Hybrids of Iron-Filled Multiwall Carbon Nanotubes and Anticancer Agents as Potential Magnetic Drug Delivery Systems: In Vitro Studies against Human Melanoma, Colon Carcinoma, and Colon Adenocarcinoma

1Department of Organic Chemistry, Bioorganic Chemistry and Biotechnology, Silesian University of Technology, Krzywoustego 4, 44-100 Gliwice, Poland
2Biosystems Group Department of Automatics, Electronics and Informatics, Institute of Automatic Control, Silesian University of Technology, Akademicka 16, Gliwice, Poland
3NanoBioMedical Centre, Adam Mickiewicz University in Poznań, Umultowska 85, 61-614 Poznań, Poland
4Mössbauer Spectroscopy Laboratory, Institute of Physics, Pedagogical University, Podchorążych 2, 30-084 Kraków, Poland

Correspondence should be addressed to SÅ‚awomir Boncel

Received 17 January 2017; Revised 9 April 2017; Accepted 15 June 2017; Published 31 July 2017

Academic Editor: Raul Arenal

Copyright © 2017 Sławomir Boncel et al. This is an open access article distributed under the Creative Commons Attribution License, which permits unrestricted use, distribution, and reproduction in any medium, provided the original work is properly cited.

Abstract

Cell type, morphology, and functioning are key variables in the construction of efficient “drug-vehicle” hybrids in magnetic drug delivery. Iron-encapsulated multiwall carbon nanotubes (Fe@MWCNTs) appear as promising candidates for theranostics due to in situ chemical catalytic vapor deposition (c-CVD) synthesis, straightforward organic functionalization, and nanoneedle (1D) behavior.
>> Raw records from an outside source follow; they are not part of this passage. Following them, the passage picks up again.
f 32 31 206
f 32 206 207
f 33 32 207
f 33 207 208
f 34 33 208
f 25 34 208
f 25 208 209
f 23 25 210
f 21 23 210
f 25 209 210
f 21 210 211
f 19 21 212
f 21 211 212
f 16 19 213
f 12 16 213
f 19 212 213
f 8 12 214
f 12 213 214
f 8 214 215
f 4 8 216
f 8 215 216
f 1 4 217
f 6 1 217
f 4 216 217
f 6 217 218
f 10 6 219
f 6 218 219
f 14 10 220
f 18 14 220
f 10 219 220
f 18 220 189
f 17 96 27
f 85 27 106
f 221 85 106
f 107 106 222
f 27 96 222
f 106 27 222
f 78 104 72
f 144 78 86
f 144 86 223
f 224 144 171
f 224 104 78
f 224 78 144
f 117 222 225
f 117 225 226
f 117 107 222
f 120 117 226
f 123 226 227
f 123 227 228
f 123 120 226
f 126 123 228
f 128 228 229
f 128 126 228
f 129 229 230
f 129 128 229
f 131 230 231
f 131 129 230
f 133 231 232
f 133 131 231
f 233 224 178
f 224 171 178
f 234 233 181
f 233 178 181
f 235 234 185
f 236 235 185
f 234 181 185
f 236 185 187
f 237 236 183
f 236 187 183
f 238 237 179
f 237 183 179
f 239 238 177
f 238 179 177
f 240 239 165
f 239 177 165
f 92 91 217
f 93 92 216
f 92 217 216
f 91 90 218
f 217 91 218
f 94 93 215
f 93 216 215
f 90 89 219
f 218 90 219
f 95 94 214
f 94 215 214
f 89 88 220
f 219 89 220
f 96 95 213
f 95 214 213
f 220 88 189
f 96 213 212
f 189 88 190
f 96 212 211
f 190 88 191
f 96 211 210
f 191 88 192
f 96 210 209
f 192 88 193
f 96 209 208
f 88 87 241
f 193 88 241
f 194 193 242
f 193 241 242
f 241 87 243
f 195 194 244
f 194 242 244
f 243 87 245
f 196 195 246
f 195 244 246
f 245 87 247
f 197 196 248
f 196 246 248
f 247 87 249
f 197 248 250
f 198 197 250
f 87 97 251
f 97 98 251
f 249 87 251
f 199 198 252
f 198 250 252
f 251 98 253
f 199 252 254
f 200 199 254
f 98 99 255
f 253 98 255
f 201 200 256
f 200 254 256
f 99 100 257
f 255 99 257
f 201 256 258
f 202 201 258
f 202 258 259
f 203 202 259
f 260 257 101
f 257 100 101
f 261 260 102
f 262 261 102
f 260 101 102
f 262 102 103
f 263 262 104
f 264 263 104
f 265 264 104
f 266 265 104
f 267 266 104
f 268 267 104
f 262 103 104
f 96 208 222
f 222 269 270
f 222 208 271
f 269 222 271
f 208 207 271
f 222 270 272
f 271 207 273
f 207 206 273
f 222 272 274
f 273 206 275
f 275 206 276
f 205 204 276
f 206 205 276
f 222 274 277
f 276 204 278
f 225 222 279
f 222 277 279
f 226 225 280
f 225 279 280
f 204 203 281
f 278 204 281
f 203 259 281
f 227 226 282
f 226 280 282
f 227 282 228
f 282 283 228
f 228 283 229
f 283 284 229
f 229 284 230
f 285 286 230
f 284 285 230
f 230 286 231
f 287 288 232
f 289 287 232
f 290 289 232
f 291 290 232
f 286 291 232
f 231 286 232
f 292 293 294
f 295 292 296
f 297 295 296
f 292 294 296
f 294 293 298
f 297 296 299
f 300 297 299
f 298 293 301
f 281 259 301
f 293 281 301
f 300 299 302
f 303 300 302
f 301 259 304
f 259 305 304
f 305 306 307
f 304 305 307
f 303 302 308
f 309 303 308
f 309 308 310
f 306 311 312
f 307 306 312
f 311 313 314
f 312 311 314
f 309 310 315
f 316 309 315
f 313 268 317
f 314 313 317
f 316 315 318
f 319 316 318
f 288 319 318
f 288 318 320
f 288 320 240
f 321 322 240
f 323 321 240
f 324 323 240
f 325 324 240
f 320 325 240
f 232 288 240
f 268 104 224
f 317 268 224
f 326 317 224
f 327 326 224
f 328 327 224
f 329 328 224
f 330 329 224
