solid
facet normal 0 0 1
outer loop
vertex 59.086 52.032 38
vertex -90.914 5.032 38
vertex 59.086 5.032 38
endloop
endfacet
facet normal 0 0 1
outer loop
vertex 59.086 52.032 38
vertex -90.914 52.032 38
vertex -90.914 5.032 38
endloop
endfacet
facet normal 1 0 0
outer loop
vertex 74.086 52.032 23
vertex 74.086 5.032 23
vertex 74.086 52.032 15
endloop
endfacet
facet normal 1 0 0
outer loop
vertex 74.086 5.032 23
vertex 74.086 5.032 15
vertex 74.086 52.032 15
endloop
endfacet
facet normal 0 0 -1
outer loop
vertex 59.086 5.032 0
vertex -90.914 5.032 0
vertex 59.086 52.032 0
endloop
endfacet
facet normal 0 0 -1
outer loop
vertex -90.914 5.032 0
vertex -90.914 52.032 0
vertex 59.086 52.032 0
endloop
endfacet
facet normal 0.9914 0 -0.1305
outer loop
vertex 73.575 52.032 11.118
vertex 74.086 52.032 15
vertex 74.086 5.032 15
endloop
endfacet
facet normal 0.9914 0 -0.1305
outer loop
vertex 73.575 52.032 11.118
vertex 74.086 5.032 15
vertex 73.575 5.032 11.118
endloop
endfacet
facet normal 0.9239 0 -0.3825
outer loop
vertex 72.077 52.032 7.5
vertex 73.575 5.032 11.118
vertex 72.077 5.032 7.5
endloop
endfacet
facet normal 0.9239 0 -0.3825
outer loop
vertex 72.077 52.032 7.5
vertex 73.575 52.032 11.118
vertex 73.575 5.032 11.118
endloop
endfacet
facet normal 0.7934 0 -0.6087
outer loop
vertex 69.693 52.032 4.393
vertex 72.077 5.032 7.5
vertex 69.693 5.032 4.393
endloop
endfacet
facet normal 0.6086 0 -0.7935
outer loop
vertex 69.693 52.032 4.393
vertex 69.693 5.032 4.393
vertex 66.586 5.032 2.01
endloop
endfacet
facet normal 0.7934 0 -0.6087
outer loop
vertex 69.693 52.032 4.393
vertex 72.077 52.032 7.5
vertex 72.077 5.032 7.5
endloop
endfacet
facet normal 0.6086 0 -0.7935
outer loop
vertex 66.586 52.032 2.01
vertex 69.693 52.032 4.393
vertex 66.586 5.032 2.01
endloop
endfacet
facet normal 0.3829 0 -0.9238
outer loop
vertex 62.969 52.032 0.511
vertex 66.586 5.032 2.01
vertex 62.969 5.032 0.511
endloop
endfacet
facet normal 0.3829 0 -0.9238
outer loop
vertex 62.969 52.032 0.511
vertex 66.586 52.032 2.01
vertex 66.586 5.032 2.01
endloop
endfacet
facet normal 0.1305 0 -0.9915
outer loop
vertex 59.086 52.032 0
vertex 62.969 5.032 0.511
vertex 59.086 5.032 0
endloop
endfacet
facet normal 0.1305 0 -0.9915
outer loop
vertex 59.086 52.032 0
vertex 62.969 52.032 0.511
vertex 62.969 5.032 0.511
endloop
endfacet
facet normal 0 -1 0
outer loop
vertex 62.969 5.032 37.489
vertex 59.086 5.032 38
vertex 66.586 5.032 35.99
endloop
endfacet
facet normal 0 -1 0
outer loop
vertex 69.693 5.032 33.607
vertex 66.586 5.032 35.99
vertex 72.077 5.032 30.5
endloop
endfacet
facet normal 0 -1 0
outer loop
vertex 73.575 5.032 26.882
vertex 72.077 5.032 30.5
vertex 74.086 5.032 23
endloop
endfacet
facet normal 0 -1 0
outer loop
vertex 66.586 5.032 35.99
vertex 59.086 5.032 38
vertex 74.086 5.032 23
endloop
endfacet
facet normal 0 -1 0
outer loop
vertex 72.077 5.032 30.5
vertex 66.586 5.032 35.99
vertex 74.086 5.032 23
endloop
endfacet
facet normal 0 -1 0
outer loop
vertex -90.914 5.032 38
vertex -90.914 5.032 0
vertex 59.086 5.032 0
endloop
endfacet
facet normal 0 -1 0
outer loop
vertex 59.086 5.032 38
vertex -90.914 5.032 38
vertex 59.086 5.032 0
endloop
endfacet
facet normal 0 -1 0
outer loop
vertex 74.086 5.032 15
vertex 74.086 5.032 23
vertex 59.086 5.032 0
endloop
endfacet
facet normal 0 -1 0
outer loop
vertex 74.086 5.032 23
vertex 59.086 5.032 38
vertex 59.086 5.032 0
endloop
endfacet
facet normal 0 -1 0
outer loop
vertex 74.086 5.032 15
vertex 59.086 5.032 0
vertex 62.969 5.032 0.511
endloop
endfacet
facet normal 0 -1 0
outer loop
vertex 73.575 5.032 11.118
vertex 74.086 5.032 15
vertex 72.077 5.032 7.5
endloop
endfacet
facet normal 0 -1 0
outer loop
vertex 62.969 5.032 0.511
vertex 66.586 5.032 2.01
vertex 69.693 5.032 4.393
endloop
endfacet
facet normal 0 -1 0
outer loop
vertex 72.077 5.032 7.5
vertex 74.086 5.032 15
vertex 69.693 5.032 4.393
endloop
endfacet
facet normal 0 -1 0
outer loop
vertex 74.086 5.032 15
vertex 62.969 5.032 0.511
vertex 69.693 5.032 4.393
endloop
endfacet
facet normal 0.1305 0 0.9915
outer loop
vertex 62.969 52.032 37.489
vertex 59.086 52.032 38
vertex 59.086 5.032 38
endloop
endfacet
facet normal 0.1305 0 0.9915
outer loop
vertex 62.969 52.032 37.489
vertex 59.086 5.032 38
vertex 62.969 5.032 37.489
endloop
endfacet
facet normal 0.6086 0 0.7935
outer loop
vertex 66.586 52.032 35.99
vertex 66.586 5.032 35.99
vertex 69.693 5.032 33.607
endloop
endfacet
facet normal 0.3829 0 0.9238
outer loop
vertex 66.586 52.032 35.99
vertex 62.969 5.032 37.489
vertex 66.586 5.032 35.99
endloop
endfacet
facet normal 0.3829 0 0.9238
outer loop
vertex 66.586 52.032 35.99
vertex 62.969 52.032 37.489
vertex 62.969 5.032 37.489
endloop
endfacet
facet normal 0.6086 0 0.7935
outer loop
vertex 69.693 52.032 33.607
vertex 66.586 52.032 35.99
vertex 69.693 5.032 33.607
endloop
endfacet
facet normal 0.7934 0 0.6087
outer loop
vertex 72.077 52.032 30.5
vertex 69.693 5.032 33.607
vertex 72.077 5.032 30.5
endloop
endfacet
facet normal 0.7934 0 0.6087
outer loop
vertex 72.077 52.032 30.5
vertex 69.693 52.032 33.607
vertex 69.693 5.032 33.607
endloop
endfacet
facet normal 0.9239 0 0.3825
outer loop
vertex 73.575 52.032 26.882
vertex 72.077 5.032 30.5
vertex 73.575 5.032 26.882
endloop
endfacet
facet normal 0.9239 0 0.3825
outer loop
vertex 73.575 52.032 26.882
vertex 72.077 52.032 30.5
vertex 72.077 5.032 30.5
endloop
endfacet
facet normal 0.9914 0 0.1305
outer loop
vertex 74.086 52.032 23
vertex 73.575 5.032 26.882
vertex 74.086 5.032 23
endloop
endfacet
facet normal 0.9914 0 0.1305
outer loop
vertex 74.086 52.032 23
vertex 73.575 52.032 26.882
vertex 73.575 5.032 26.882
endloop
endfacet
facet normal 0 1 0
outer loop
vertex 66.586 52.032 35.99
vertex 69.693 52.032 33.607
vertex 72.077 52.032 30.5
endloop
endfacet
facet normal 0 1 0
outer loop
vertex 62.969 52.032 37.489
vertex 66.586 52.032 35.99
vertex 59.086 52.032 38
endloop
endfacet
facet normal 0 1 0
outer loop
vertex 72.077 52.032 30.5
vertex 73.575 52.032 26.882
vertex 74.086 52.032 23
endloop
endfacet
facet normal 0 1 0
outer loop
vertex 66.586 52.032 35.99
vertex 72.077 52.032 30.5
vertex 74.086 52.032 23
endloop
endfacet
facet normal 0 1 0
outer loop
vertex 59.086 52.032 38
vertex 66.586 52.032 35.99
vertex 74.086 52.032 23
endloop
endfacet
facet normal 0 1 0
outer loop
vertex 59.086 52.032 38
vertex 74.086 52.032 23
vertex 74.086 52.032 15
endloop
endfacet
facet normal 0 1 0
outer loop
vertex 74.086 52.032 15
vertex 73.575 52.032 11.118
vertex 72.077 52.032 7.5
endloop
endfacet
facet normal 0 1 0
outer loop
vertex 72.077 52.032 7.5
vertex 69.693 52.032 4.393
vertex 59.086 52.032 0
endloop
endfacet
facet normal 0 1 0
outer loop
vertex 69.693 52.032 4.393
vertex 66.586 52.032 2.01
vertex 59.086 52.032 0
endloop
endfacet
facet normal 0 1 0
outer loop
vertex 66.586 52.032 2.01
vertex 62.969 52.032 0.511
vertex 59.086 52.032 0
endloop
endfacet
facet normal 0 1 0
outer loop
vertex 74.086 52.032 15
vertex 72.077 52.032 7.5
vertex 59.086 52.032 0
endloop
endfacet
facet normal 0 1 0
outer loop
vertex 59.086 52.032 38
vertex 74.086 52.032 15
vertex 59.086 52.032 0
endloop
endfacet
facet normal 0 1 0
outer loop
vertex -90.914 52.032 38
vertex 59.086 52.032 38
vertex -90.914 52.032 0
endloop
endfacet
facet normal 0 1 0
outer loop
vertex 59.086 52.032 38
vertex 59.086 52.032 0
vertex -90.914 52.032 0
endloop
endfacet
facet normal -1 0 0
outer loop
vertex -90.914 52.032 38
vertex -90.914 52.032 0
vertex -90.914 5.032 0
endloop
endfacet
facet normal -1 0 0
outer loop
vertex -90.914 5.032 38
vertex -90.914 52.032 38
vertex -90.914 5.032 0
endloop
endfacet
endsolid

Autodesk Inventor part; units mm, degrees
ref_plane "YZ Plane" through (0, 0, 0) normal (1, 0, 0) x (0, 1, 0)
ref_plane "XZ Plane" through (0, 0, 0) normal (0, 1, 0) x (-1, 0, 0)
ref_plane "XY Plane" through (0, 0, 0) normal (0, 0, 1) x (1, 0, 0)
sketch "Эскиз1" plane through (0, 0, 0) normal (0, 0, 1) x (1, 0, 0)
  line L0 (74.0863, 52.032) -> (-90.9137, 52.032)
  line L1 (-90.9137, 52.032) -> (-90.9137, 5.032)
  line L2 (-90.9137, 5.032) -> (74.0863, 5.032)
  line L3 (74.0863, 5.032) -> (74.0863, 52.032)
  point P0 (0, 0)
  dimension "d0" = 47
  dimension "d1" = 165
extrude "Выдавливание1" add sketch "Эскиз1" along normal blind 38
fillet "Сопряжение1" radius 15 2 edges at (74.0863, 28.532, 38) (74.0863, 28.532, 0)
properties part number "akkum16v"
Here, model hybrids were synthesized by exploring C-sp2 chemistry ((1+2)-cycloaddition of nitrenes and amidation) of the outer MWCNT walls combined with anticancer agents, that is, 5-fluorouracil (5FU), purpurin (Purp), and 1,8-naphthalimide DNA intercalators (NIDIs), via linkers. Analyses of the Fe@MWCNT vehicles by SEM, TEM, and Raman spectroscopy revealed their morphology while Mössbauer spectroscopy confirmed the presence of encapsulated ferromagnetic iron-based nanodomains. Cytotoxicity of the hybrids was studied using a 24 h MTS assay combined with the apoptosis and life cycle assays against human melanoma (Me45), colon carcinoma (HCT116+), and colon adenocarcinoma (Caco-2). The cells had different sensitivity to the vehicles themselves as well as to the hybrids. MWCNT-based covalent hybrids of 5FU and Purp emerged as the most promising systems against Me45 and HCT116+ cell lines with the highest in vitro cytotoxicity and proapoptotic activity. Furthermore, nanotubes bearing 4-nitro- and 4-(N-morpholinyl)-1,8-naphthalimide DNA intercalators appear as a promising candidate for the treatment of Caco-2.